He fetched a jar of hooch and two grubby glasses, filled them both and then handed me the cleaner of the two, which wasn’t saying much. As I leaned forwards to take the glass, the chair creaked beneath me, the floorboards wobbled like a diving board, and I flinched as Big George thrashed excitedly in his pond. Was it just my imagination, or did it sound like the gator was waiting directly below where I sat? The way Croker was smiling, I knew it wasn’t my imagination. I gulped down the hooch to try and quiet my nerves.

“What exactly are you running from, Smith?” He emphasized the phony name.

I played dumb. “Who says I’m running from anything?”

“Me,” he growled, a flash of fire in his eyes. “Son, do me the courtesy of not mistaking me for one of them fools out there. Any man plays the peeanna as good as you, oughta be leading a band in the city someplace, not singing for his supper in a swamp tonk. Now I’ll ask you again: what are you running from? And more to the point: what kinda trouble can I expect by hiring you on?”

I thought it prudent to stretch the truth.

“Mister Croker—” I said.

“Horace,” he reminded me.

“It’s nothing that’ll come back to you,” I assured him. “Just a big misunderstanding about a gambling debt.”

I couldn’t tell if he bought it or not.

“Just so long as we’re clear,” he said, “it’s a delicate operation I’m running here.”

He raised his glass and sloshed the hooch around inside it.

“Any man rocks the boat, he’s going overboard.”

Or below deck, I thought.

“I understand,” I said.

Croker nodded. “Good enough.”

He picked up his wooden leg and beat it on the desk like a giant drumstick. “Gracie!” Footsteps scuttled downstairs. Grace skulked inside the office. I found myself sitting up a little straighter in my chair. “Fix up the spare room for Mister Smith,” Croker told her, slurring his words. He was gesticulating drunkenly with his wooden leg. She glanced at me, and her gaze must’ve lingered longer than he liked, because Croker clubbed the limb in his palm, looking like he wanted to paddle her ass with it. Grace flinched at the slapping sound, gave a servile nod.

She started backing from the room—but as she pulled the door closed she shot me another glance that shivered down my spine like footsteps on the grave.

And that right there should’ve warned me of the trouble to come.

* * *

The room wasn’t much, but it was more than I had. A cot that looked like a torture rack, with a wafer-thin mattress and a rock for a pillow; a washbasin and a shaving mirror next to the lamp on the nightstand. The window looked out on the hills, where Croker’s whiskey still fires glowered in the night like red devil eyes. He was running a delicate operation, alright. Had to be making money hand over fist.

“Is everything to your liking, Mister Smith?”

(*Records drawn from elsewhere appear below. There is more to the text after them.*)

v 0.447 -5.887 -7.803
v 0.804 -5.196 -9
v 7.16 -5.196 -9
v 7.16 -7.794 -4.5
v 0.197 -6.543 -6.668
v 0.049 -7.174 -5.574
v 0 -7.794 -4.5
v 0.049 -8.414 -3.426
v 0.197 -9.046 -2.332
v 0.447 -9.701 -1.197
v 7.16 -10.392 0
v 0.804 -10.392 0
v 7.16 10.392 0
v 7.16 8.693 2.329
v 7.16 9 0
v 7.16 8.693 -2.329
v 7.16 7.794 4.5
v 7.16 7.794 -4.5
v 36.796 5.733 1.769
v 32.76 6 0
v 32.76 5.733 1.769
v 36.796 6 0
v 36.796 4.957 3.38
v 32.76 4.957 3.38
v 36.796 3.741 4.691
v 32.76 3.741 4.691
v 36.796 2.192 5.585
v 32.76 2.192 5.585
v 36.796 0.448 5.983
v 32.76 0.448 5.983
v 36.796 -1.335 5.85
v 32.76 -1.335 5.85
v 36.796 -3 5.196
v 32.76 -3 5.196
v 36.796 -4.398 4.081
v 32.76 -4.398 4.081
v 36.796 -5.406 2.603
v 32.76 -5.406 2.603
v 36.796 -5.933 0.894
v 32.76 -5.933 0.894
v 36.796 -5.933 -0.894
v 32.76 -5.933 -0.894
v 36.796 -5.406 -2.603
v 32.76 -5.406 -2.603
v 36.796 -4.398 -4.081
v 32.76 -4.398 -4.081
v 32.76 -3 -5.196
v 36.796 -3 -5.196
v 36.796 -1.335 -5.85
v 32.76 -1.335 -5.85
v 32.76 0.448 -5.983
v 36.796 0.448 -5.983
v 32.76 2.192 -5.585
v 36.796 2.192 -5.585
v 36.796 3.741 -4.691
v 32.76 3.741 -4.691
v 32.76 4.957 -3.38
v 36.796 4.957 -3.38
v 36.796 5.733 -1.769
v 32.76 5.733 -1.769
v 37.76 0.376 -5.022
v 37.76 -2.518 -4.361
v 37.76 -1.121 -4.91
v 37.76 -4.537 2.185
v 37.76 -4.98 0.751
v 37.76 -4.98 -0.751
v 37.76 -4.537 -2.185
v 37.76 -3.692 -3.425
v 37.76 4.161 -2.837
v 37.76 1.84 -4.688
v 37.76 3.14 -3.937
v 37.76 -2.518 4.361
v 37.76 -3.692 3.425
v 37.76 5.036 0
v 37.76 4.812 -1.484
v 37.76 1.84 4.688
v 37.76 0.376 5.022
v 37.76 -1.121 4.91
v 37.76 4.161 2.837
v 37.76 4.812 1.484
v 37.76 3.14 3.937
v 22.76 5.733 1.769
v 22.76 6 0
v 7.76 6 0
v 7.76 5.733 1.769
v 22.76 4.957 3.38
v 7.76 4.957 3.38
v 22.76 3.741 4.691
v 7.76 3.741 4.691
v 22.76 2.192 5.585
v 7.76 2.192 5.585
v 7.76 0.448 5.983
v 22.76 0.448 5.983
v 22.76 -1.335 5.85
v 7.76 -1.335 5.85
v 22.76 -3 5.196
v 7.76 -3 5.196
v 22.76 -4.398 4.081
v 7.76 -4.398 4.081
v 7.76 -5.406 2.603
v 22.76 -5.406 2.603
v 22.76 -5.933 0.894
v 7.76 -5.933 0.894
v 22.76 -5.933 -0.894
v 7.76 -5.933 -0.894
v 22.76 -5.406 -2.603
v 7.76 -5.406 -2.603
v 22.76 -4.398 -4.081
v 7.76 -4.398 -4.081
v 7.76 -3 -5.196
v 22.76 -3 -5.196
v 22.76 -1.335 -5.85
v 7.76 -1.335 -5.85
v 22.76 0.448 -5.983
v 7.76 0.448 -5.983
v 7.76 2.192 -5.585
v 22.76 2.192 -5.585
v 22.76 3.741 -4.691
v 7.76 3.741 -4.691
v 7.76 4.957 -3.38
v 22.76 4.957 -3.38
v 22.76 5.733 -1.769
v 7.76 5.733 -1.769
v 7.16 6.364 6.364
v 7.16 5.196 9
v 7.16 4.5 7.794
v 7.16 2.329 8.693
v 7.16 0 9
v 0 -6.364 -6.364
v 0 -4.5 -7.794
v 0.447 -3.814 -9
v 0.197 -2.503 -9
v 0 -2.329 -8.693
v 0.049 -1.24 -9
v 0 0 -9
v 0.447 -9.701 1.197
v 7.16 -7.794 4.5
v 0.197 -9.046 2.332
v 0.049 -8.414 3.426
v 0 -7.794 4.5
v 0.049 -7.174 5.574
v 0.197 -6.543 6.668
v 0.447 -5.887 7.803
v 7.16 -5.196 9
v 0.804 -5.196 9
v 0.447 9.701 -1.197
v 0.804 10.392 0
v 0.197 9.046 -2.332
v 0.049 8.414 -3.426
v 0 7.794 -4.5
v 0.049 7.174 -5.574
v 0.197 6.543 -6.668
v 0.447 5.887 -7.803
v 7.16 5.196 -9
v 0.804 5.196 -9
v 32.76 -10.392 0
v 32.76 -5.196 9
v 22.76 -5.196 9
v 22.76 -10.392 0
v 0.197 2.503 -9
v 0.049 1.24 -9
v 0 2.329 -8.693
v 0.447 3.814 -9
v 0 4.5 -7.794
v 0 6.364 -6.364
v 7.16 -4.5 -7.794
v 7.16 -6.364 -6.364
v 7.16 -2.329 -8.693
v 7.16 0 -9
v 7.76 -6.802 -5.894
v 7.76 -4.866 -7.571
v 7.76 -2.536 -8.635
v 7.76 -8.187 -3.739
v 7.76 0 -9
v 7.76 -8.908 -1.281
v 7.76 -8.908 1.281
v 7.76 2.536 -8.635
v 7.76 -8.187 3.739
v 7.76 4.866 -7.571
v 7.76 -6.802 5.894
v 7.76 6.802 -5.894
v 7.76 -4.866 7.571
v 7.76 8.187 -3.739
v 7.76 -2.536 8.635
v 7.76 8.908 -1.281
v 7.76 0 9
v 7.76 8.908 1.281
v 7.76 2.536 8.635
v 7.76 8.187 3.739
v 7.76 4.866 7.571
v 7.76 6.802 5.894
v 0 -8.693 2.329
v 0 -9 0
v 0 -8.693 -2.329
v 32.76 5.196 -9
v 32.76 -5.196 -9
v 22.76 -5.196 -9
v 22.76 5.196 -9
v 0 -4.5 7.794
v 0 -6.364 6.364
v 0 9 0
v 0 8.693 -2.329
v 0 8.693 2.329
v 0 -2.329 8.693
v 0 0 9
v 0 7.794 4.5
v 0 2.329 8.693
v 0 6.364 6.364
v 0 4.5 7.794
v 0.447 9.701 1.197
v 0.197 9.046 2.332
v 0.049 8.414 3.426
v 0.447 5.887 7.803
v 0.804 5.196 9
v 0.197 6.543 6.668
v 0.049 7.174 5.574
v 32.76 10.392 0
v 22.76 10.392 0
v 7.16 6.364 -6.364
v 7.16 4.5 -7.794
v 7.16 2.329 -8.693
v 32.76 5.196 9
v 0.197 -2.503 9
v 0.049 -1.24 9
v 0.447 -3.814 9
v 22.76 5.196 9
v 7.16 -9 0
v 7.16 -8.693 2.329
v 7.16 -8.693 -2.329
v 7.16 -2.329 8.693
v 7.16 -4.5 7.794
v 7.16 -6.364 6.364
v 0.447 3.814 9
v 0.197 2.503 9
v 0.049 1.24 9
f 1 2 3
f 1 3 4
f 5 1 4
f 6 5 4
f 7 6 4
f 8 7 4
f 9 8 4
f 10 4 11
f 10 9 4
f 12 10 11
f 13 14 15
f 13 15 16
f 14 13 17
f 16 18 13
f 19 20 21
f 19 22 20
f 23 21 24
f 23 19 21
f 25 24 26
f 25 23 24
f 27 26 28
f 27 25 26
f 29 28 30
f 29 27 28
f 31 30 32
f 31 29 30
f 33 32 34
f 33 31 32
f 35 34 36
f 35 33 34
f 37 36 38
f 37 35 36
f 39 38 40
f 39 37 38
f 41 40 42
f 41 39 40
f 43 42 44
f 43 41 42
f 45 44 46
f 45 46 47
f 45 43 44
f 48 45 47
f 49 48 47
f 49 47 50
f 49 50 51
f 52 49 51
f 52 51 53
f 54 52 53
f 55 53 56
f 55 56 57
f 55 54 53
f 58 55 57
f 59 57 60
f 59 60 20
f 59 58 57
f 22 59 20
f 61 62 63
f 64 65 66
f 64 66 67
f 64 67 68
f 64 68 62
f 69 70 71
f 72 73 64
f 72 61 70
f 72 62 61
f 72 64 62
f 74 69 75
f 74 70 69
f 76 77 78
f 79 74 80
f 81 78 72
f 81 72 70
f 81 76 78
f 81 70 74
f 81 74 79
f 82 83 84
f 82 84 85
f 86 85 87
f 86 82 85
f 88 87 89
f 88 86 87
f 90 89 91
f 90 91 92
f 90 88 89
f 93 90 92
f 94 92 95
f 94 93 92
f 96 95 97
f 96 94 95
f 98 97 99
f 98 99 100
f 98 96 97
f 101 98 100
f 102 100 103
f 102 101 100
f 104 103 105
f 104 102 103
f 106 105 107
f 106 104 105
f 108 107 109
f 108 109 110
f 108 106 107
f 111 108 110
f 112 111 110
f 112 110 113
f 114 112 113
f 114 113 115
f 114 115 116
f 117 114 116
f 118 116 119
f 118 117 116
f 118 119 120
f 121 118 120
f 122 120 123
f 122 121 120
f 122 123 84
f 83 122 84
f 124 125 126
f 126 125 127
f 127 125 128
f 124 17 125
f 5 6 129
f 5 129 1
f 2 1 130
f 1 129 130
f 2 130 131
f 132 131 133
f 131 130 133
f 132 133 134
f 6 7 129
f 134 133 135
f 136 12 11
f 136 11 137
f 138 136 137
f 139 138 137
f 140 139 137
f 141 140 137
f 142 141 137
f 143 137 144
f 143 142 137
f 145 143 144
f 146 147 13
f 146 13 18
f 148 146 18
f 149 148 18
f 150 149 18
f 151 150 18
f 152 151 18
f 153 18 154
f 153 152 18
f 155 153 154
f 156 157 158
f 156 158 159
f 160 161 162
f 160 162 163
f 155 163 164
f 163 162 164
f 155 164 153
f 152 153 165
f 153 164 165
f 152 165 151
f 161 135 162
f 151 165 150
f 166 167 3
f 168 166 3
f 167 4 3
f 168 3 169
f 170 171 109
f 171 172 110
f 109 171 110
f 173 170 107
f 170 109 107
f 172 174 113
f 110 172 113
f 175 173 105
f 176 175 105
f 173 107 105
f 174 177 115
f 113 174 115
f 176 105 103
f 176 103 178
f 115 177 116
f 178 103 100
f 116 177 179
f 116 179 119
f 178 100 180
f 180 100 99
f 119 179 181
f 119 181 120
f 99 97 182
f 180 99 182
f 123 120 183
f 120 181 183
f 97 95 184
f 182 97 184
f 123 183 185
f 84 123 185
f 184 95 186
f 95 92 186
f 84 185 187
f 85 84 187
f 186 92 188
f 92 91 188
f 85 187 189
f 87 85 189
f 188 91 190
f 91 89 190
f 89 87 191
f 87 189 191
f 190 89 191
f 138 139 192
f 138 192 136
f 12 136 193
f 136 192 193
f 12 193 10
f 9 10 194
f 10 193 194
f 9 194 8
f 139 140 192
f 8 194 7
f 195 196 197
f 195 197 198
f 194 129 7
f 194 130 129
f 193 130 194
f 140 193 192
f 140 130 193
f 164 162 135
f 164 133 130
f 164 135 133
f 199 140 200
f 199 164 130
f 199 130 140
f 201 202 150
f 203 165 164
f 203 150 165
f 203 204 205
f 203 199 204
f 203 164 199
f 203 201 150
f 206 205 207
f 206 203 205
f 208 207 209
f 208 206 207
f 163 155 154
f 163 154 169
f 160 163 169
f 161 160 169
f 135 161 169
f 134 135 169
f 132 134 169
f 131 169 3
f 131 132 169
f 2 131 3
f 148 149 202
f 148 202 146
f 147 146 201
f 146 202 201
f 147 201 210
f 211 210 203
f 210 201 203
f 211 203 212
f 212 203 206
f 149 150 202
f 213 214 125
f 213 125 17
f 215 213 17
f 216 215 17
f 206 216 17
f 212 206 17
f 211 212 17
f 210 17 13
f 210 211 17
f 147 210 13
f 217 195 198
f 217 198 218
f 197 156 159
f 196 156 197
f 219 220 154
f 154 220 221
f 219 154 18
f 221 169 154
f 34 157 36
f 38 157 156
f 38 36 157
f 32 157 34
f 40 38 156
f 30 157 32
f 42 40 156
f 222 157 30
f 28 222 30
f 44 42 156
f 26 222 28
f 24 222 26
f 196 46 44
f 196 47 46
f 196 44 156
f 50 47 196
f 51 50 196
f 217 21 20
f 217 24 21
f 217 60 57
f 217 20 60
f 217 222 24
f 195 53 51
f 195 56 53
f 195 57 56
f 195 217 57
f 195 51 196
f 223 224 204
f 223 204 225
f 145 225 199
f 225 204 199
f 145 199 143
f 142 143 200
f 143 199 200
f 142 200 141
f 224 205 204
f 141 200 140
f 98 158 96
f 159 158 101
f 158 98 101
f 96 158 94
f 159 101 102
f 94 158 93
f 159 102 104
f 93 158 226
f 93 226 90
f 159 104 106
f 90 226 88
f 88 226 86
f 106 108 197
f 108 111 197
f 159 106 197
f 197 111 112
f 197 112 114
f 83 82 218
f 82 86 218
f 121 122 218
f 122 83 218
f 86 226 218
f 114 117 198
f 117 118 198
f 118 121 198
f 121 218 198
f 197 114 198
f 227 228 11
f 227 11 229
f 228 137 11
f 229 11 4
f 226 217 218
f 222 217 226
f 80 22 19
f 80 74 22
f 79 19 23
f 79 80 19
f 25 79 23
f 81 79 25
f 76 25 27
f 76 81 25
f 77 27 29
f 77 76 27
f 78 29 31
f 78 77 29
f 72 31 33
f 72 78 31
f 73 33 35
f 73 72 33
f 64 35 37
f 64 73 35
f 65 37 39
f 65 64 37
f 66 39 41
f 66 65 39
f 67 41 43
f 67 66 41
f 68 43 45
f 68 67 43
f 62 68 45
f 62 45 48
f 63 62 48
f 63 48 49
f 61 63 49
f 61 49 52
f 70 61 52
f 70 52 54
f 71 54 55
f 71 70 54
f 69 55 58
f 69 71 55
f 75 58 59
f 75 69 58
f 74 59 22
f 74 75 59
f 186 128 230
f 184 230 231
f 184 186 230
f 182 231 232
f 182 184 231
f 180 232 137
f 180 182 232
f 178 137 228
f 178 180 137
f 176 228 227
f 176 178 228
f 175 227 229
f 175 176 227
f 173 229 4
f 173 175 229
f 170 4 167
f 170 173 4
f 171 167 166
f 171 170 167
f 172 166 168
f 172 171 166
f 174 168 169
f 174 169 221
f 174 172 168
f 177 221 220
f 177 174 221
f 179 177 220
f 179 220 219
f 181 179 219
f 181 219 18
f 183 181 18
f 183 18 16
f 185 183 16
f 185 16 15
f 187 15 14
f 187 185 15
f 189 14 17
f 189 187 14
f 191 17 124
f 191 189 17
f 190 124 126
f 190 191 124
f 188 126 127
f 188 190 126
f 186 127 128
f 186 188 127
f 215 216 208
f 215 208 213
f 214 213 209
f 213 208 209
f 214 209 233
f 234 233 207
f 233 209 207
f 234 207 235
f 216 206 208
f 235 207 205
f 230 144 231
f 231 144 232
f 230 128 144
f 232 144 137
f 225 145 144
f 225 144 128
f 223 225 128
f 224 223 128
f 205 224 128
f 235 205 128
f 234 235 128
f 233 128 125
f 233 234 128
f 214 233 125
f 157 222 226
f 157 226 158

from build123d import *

# Parameters (mm, degrees)
BASEHEAD_DEPTH      = 7.76
SKETCH4_W           = 0.6
SKETCH4_H           = 11.392304845
BOSS_EXTRUDE1_DEPTH = 10


# Read off the part's stored shape, not the designer's step: HeadChamfer
with BuildPart() as part:
    # Sketch1 → BaseHead (new body)
    with BuildSketch(Plane(origin=(0, 0, 0), x_dir=(0, 0, -1), z_dir=(1, 0, 0))):
        Polygon((9, 5.196152423), (9, -5.196152423), (0, -10.392304845), (-9, -5.196152423), (-9, 5.196152423), (0, 10.392304845), align=None)
    extrude(amount=BASEHEAD_DEPTH)

    # HeadChamfer outline → HeadChamfer (revolve, cut)
    with BuildSketch(Plane.YX):
        Polygon((10.392304847, 0.803847578), (9, 0), (10.392304847, 0), align=None)
    revolve(axis=Axis((0, 0, 0), (1, 0, 0)), mode=Mode.SUBTRACT)

    # HeadChamfer 2 outline → HeadChamfer 2 (revolve)
    with BuildSketch(Plane.YX):
        Polygon((6, 7.76), (6, 36.796), (5.036, 37.76), (0, 37.76), (0, 7.76), align=None)
    revolve(axis=Axis((0, 0, 0), (1, 0, 0)))

    # Sketch4 → BearingFace (revolve, cut)
    with BuildSketch(Plane.XY, mode=Mode.PRIVATE) as bearingface_sk:
        with Locations((7.46, 14.696152423)):
            Rectangle(SKETCH4_W, SKETCH4_H)
    revolve(bearingface_sk.sketch.rotate(Axis((0, 0, 0), (1, 0, 0)), 90), axis=Axis((0, 0, 0), (1, 0, 0)), mode=Mode.SUBTRACT)

    # Sketch5 → Boss-Extrude1 (add)
    with BuildSketch(Plane(origin=(32.76, 0, 0), x_dir=(0, 0, -1), z_dir=(1, 0, 0))):
        Polygon((0, 10.392304845), (-9, 5.196152423), (-9, -5.196152423), (0, -10.392304845), (9, -5.196152423), (9, 5.196152423), align=None)
    extrude(amount=-BOSS_EXTRUDE1_DEPTH)


solid = part.part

I turned towards the voice.

Grace lingered in the doorway, her hourglass figure haloed by the light of the hall like an angel outside the pearly white gates. But there was nothing angelic about the glint in her eye as she asked me, “Will you be wanting anything else?”

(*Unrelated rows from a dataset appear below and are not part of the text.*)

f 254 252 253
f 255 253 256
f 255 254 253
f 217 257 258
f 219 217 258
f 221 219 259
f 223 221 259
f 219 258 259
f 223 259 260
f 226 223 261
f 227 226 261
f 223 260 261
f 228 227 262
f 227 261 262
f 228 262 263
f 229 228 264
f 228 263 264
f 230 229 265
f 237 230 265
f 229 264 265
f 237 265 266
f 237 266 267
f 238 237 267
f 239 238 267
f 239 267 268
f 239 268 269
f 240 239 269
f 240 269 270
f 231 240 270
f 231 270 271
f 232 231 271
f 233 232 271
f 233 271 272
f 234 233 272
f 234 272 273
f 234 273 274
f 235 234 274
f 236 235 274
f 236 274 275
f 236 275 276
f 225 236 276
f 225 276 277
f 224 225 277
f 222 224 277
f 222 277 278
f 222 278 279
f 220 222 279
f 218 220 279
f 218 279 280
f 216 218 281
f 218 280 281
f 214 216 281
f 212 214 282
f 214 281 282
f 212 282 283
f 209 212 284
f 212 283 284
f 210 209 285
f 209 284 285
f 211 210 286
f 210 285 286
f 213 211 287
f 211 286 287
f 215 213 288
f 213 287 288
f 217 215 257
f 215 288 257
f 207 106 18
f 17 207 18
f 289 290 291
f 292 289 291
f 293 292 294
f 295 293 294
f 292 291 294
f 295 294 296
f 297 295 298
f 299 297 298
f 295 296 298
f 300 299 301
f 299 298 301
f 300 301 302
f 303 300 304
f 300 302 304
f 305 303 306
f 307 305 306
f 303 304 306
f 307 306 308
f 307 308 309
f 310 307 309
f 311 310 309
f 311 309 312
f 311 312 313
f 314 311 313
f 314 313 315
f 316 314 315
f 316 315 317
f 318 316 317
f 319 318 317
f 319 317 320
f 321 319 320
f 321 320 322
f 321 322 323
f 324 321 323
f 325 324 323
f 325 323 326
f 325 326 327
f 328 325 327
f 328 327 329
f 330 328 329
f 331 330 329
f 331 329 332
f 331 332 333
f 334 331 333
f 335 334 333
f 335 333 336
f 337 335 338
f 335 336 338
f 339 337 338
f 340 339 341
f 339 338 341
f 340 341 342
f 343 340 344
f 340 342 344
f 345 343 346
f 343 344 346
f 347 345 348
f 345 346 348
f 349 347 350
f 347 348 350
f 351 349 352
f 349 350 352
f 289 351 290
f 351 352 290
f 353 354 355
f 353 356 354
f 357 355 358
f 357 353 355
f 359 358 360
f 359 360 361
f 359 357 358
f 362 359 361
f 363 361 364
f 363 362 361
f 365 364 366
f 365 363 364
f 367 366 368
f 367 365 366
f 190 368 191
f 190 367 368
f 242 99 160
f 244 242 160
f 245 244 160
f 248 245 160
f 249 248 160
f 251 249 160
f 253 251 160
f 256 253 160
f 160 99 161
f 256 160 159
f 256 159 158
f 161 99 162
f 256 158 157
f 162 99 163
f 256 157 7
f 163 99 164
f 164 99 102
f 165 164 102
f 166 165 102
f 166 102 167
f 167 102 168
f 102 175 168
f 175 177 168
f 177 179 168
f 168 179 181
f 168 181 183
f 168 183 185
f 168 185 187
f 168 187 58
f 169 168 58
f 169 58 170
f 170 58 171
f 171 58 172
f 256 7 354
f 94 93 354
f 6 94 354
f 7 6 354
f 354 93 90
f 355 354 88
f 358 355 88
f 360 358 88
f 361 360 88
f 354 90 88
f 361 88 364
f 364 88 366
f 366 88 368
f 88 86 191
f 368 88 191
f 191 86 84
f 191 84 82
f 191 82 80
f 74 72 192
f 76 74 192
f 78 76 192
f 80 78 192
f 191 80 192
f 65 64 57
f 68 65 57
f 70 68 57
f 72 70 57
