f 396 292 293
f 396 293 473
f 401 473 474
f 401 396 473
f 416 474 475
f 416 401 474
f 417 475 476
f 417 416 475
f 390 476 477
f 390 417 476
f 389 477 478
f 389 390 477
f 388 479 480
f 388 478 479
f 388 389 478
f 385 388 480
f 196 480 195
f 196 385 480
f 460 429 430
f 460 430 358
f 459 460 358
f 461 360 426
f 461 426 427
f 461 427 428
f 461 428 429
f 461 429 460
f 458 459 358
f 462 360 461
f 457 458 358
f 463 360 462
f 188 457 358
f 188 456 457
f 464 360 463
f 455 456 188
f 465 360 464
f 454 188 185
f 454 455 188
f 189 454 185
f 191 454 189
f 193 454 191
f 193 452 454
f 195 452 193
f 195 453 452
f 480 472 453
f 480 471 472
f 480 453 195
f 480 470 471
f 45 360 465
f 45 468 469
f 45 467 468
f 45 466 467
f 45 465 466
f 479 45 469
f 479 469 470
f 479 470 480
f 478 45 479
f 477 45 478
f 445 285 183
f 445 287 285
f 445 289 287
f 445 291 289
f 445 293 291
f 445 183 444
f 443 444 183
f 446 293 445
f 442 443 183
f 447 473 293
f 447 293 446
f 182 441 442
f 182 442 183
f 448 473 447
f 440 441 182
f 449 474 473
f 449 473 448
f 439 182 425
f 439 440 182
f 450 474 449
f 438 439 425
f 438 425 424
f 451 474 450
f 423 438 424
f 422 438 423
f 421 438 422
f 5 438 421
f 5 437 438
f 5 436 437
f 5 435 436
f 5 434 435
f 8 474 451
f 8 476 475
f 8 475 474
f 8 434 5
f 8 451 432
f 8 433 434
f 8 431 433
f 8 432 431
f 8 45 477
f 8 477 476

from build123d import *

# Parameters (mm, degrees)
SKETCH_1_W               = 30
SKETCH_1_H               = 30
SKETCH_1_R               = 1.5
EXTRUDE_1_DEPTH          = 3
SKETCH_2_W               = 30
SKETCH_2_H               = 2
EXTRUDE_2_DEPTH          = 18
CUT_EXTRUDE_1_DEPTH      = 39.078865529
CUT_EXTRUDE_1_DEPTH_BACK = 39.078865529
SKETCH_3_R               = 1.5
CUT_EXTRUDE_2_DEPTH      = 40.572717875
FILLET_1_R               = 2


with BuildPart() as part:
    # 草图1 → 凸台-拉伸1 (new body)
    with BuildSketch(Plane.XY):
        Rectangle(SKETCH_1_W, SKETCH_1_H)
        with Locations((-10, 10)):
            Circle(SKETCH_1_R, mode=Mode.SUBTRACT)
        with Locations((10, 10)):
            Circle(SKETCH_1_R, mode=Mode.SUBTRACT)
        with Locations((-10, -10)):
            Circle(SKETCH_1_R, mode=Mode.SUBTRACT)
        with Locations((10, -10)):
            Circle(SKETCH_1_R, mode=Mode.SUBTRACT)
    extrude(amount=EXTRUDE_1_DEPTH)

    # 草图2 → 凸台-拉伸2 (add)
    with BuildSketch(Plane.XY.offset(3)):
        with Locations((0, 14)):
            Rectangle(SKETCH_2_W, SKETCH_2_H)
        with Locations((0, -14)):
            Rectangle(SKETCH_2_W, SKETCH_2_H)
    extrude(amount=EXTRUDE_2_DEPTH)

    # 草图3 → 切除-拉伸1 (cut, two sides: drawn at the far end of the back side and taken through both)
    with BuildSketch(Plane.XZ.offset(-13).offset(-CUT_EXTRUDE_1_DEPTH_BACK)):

I swallowed hard. “Not right now.”

She smiled like she knew it wouldn’t be long, and then she shut the door behind her, trapping me in the room with the lingering scent of her perfume. I splashed my face with water from the washbasin, reminding myself—in case my missing fingers weren’t enough—that I was sworn off dames for life.

* * *

That dead of night, I snapped awake to the sound of booming drums. For a moment I had no idea where I was. Heart pounding to the drumbeat, I bolted upright. The bed was quaking beneath me like the end of the world. Fumbling to light the lamp on the nightstand, my stumps prodded the edge of the cabinet. Pain bolted up my arm and I let out a yelp. Then I realized the drumbeat was the headboard of Croker’s bed thumping against the thin wall of our neighboring rooms as he rutted his wife.
Boom, boom, boom.
Croker was snorting like a hog with his snout in the trough; Grace was yipping like a small dog being kicked.
Boom, boom, boom.

Sinking back down on the bed, I curled my pillow around my head, which succeeded in muffling the noise but didn’t stop the bed from bucking like a bull. It felt like Croker was having his way with both Grace and me. Climbing from bed, I went downstairs and salvaged a cigarette from the ashtrays piled at the end of the bar.

Then I went outside to smoke on the gallery deck while I waited for Croker to finish up. He did—eventually—I had to admire the man’s stamina. He climaxed with a bellowing cry that roared like thunder. Moments later his snores joined the chorus of frogs croaking in the night. I hoped this wouldn’t be a nightly occurrence. (It would be.)

I finished my cigarette and went to ditch the butt. Warily approaching the deck rail, I peered down into the pond. There was no sign of Big George. All I saw was my reflection, shimmering on the inky black surface. I was about to flick away my butt when Grace appeared suddenly in the window behind me, hovering above my shoulder like an angel. An angel? Maybe that was wishful thinking.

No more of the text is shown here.